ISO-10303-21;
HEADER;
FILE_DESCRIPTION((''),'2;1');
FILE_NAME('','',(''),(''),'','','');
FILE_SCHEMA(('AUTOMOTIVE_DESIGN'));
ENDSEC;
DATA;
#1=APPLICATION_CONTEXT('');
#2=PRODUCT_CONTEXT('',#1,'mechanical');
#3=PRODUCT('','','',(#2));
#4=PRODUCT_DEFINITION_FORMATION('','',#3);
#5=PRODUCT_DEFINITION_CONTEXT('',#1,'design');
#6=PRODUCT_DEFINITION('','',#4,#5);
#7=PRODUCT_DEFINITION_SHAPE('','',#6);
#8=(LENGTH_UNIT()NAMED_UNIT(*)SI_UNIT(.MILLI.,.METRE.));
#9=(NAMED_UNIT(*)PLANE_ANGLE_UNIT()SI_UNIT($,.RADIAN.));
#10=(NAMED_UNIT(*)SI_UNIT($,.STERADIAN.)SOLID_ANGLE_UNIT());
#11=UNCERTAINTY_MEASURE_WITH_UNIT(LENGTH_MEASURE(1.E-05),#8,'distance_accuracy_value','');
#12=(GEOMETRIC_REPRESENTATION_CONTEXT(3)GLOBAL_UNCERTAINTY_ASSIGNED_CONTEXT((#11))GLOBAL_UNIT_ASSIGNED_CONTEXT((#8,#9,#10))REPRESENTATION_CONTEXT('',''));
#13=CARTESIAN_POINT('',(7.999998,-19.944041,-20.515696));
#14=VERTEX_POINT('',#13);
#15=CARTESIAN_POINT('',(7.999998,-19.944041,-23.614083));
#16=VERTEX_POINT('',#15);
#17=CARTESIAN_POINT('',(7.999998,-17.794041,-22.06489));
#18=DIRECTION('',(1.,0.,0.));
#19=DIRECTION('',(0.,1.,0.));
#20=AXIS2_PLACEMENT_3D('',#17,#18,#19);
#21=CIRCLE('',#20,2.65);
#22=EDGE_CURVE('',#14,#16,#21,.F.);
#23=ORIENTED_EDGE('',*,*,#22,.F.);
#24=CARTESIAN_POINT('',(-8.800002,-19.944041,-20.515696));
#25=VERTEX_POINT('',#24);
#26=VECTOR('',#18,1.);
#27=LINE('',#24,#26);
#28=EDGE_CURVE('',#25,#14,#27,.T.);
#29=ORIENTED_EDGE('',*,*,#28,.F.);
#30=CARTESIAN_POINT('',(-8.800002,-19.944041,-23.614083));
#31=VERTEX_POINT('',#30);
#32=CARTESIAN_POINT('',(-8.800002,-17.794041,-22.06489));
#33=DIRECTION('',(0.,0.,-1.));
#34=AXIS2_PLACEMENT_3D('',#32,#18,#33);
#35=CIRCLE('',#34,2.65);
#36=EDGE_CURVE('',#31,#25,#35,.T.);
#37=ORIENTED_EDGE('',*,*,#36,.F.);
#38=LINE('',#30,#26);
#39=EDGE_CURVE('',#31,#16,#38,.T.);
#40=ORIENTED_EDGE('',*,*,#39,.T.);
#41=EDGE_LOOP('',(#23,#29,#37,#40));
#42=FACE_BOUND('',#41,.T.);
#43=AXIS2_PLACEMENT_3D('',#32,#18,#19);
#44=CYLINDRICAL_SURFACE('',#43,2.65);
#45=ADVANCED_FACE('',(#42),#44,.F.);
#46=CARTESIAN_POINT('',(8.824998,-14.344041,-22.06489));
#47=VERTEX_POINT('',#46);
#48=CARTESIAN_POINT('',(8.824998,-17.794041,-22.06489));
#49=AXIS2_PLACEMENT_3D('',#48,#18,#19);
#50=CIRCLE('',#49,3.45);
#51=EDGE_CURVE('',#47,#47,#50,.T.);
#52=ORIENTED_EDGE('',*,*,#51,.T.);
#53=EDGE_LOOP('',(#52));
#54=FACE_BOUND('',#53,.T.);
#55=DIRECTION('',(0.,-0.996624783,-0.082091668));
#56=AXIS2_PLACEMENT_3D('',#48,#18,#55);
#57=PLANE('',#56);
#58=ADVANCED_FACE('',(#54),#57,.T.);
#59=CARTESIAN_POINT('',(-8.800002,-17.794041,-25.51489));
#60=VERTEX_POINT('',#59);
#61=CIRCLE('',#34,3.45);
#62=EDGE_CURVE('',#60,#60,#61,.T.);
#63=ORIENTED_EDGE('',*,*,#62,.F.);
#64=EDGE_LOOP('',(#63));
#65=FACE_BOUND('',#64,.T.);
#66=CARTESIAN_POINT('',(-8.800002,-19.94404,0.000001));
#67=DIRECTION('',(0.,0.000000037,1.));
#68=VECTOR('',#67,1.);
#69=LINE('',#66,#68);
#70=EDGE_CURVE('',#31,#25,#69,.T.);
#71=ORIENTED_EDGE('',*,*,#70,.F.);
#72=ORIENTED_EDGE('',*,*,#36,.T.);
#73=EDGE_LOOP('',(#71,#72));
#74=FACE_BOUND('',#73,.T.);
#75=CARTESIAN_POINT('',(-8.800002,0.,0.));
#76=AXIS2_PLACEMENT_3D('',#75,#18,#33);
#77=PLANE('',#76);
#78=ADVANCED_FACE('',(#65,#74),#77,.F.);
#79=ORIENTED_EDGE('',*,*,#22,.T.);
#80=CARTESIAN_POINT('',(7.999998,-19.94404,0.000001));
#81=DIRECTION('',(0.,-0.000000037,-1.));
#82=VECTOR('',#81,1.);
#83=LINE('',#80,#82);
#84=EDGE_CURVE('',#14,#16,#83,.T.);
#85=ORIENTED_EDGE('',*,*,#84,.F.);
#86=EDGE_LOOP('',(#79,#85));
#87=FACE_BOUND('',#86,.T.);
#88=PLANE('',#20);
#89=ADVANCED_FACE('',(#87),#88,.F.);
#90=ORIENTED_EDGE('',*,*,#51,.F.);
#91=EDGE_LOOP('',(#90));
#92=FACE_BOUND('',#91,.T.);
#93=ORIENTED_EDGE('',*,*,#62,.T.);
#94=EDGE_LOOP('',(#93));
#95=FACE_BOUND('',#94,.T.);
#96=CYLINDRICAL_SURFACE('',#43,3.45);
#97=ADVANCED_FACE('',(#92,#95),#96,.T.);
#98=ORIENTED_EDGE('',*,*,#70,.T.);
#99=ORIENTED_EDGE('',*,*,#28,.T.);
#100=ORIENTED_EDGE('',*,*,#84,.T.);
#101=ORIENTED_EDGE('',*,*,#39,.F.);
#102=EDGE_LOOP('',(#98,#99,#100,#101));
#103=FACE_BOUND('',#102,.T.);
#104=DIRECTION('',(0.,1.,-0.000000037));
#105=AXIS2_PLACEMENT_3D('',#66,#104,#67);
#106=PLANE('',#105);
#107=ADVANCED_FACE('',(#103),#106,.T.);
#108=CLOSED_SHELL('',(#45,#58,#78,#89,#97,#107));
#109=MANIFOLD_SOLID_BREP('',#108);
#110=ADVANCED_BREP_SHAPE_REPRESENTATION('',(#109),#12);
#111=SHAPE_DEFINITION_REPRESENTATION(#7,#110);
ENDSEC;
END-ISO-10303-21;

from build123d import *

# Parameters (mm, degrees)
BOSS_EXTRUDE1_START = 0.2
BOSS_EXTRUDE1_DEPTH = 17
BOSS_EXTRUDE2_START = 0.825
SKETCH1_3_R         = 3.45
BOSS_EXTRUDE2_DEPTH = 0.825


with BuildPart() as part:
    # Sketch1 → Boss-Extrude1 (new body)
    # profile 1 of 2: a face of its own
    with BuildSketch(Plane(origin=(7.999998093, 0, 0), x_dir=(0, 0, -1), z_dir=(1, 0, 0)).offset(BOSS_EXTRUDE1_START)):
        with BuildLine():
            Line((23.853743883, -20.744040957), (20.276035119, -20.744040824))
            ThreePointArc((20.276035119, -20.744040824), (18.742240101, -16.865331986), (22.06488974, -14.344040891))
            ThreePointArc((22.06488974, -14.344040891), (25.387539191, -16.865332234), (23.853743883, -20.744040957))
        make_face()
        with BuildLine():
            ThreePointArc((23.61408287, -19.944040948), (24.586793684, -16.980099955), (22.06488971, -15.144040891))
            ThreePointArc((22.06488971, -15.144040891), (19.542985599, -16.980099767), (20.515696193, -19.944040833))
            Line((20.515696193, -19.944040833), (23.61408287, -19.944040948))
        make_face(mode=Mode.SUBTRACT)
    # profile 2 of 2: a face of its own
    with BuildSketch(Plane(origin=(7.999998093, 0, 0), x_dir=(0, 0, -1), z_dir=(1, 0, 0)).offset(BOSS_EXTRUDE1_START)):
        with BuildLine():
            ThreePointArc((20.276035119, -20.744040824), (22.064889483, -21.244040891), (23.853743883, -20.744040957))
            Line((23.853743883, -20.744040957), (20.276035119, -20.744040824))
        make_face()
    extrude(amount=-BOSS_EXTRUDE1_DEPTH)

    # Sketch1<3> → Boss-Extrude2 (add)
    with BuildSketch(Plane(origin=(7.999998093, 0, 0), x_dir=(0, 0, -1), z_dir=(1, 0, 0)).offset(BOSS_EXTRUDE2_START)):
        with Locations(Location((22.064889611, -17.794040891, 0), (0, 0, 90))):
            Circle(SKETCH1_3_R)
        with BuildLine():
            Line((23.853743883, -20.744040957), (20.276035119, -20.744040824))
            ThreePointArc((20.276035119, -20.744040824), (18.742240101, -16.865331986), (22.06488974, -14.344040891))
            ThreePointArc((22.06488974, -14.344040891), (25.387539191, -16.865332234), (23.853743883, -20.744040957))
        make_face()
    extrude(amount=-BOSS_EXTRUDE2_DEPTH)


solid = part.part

○ ○ ○ ○ ○ ○ ○

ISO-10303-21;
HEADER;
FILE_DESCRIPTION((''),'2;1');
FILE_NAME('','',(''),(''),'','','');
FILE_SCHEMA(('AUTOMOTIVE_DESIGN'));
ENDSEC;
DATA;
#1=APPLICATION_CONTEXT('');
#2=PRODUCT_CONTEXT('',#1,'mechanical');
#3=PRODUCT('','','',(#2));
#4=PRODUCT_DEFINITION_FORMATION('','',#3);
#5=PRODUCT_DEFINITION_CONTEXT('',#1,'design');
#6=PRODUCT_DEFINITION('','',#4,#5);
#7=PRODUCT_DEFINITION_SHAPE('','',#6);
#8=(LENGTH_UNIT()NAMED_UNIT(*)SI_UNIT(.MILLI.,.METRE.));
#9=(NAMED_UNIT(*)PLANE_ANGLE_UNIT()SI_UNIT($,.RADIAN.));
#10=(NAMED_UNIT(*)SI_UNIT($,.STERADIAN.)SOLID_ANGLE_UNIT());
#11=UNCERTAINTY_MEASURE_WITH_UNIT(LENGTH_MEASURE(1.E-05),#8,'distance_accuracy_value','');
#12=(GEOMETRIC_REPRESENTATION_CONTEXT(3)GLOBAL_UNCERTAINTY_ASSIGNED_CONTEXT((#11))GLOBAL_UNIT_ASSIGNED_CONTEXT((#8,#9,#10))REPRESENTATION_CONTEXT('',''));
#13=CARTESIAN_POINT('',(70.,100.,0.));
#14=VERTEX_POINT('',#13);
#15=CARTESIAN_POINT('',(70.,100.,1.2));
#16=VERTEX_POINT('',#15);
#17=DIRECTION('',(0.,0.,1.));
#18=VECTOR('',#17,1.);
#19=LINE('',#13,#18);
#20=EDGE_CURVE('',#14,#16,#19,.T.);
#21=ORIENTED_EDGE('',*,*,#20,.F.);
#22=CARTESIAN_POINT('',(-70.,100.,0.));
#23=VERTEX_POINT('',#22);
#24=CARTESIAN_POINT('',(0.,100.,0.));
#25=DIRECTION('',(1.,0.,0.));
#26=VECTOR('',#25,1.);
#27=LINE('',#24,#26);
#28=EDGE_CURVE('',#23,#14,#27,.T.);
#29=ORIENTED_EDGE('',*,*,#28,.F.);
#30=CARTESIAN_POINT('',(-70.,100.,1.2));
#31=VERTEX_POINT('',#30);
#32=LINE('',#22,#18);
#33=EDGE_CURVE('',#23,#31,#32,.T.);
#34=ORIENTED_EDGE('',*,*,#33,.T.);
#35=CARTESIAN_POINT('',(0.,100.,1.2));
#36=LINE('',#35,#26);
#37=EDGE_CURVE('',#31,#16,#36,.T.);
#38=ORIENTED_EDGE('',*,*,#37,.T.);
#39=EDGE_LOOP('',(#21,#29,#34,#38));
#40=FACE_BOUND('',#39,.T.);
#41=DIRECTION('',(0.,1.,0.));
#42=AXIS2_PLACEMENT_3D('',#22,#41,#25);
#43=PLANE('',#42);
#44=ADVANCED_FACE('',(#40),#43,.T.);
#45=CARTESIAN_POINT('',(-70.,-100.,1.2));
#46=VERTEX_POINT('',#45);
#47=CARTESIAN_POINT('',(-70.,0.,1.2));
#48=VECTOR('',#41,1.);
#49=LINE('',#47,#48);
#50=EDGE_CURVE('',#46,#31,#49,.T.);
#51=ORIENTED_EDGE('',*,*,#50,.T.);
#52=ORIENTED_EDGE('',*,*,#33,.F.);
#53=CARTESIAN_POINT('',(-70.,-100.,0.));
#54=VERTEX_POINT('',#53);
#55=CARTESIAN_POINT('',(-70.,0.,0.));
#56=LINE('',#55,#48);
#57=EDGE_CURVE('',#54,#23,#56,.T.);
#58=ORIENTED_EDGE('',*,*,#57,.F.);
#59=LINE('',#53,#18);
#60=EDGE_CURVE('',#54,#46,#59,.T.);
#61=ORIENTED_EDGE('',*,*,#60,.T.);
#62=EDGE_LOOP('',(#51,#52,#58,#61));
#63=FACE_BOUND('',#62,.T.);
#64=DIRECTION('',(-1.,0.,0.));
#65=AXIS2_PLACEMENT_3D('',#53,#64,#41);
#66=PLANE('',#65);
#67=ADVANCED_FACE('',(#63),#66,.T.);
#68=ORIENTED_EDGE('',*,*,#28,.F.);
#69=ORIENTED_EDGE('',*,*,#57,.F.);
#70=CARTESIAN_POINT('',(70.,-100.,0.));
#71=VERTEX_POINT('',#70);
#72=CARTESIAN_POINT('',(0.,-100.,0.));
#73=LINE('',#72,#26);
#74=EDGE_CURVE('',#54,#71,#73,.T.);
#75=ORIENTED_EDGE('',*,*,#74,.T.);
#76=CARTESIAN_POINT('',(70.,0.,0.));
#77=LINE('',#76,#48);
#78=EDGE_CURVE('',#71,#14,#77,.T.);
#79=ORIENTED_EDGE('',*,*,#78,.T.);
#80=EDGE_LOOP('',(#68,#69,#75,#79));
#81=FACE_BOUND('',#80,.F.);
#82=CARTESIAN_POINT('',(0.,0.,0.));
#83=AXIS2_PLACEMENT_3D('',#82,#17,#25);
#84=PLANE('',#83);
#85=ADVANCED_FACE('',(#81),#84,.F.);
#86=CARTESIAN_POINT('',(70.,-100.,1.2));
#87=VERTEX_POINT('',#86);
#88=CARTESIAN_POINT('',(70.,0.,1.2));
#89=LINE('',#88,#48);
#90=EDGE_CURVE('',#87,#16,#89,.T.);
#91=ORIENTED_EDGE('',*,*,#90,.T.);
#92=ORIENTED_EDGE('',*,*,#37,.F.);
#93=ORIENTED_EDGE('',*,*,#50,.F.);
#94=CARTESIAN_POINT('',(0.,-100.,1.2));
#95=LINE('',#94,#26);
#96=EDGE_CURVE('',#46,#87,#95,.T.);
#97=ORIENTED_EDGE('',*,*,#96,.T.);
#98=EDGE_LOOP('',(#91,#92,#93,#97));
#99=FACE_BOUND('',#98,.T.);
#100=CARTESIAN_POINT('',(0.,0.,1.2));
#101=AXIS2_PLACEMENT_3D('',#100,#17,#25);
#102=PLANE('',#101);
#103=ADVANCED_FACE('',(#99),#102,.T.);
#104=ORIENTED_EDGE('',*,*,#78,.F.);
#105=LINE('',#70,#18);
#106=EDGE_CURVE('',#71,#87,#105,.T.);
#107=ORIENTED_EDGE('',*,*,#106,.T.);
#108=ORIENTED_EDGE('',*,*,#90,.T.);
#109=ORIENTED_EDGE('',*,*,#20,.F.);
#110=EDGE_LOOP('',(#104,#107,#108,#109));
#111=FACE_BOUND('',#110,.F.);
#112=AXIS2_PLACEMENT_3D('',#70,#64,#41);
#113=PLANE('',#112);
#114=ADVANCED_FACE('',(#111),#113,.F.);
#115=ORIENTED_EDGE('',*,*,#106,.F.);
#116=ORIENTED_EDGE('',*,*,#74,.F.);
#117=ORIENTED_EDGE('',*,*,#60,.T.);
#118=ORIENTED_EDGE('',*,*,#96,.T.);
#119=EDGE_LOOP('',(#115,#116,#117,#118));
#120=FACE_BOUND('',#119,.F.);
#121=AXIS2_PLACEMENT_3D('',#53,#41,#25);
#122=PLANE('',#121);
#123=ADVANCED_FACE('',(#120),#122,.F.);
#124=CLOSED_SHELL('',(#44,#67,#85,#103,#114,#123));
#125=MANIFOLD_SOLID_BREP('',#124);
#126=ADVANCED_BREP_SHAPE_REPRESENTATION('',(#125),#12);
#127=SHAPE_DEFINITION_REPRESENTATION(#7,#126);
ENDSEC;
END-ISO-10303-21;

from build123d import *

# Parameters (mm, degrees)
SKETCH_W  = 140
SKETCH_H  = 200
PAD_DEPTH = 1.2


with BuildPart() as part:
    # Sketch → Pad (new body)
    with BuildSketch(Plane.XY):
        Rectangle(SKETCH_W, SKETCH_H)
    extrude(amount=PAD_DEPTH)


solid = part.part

○ ○ ○ ○ ○ ○ ○

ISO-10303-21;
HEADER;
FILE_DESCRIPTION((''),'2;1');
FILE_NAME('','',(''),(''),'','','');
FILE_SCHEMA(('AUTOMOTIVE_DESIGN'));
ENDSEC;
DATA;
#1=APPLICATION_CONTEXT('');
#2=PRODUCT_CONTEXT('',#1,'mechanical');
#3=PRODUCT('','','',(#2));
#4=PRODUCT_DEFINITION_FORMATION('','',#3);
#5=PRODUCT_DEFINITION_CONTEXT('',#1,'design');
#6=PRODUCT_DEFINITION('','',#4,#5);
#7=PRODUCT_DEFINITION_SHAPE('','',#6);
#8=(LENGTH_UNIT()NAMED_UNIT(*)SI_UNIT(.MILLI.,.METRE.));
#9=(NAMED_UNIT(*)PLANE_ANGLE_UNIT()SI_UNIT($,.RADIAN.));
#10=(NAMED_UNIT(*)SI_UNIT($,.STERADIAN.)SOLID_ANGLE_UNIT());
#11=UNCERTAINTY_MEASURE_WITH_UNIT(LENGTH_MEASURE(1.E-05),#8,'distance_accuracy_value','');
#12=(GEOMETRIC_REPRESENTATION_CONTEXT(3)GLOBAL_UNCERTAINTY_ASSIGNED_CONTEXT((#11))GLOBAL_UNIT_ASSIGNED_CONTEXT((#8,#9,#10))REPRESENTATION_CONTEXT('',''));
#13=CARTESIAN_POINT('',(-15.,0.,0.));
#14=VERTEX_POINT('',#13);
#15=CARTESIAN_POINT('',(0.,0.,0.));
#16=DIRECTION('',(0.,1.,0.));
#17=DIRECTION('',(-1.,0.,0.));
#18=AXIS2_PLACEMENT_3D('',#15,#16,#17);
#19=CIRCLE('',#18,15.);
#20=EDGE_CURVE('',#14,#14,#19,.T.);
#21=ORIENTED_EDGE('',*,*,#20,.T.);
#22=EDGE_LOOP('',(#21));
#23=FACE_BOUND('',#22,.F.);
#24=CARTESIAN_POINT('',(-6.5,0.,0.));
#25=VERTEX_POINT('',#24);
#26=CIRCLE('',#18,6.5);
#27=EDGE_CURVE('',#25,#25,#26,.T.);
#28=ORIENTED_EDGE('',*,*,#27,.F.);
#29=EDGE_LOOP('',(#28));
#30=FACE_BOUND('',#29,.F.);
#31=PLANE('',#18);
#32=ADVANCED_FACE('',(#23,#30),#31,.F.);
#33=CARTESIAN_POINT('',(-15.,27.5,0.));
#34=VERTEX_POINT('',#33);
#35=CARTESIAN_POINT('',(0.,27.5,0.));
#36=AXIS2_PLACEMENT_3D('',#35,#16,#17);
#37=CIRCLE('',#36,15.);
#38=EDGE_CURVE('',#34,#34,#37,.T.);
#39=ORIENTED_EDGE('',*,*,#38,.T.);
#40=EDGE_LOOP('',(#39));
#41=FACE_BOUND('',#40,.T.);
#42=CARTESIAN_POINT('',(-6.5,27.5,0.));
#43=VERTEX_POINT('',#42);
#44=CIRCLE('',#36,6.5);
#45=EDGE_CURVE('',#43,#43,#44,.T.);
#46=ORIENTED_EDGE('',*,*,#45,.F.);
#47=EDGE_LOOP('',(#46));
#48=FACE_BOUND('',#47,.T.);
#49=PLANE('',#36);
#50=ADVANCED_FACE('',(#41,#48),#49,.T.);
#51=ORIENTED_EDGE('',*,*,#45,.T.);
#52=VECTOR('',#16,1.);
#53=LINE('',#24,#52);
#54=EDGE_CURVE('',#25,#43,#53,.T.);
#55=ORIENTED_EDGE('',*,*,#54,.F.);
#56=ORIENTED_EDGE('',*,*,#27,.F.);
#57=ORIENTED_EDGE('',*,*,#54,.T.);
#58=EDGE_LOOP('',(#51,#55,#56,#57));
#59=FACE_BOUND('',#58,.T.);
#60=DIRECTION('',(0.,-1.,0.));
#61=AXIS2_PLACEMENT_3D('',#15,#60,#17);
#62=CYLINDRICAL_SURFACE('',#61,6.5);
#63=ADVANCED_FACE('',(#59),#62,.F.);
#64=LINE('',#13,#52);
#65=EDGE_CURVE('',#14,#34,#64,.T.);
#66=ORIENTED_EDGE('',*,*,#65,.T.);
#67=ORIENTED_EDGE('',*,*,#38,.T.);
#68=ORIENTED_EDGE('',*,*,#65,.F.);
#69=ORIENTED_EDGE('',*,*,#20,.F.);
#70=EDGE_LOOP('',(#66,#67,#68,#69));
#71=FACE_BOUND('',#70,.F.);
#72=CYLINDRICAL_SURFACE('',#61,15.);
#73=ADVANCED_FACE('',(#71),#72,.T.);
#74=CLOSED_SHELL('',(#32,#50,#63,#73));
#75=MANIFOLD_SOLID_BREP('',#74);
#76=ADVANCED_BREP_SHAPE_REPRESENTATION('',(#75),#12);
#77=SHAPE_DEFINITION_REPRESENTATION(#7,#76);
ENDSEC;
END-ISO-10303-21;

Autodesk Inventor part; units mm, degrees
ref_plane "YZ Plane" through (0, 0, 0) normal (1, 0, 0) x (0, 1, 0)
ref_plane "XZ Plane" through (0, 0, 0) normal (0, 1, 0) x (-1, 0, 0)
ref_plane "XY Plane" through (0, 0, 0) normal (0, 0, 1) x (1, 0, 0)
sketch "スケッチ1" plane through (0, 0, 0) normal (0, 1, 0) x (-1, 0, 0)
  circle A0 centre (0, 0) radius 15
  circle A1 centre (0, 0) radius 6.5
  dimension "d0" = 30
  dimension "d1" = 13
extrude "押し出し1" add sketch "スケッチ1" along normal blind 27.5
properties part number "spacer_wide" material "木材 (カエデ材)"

○ ○ ○ ○ ○ ○ ○

> _TASK DETAILS_
The lines above starting at the one that contains "#52=VECTOR('',#16,1.);" and ending at the one that contains "#69=ORIENTED_EDGE('',*,*,#20,.F.);" must be transcribed exactly, and no other lines may appear.

> _TASK RESPONSE_
#52=VECTOR('',#16,1.);
#53=LINE('',#24,#52);
#54=EDGE_CURVE('',#25,#43,#53,.T.);
#55=ORIENTED_EDGE('',*,*,#54,.F.);
#56=ORIENTED_EDGE('',*,*,#27,.F.);
#57=ORIENTED_EDGE('',*,*,#54,.T.);
#58=EDGE_LOOP('',(#51,#55,#56,#57));
#59=FACE_BOUND('',#58,.T.);
#60=DIRECTION('',(0.,-1.,0.));
#61=AXIS2_PLACEMENT_3D('',#15,#60,#17);
#62=CYLINDRICAL_SURFACE('',#61,6.5);
#63=ADVANCED_FACE('',(#59),#62,.F.);
#64=LINE('',#13,#52);
#65=EDGE_CURVE('',#14,#34,#64,.T.);
#66=ORIENTED_EDGE('',*,*,#65,.T.);
#67=ORIENTED_EDGE('',*,*,#38,.T.);
#68=ORIENTED_EDGE('',*,*,#65,.F.);
#69=ORIENTED_EDGE('',*,*,#20,.F.);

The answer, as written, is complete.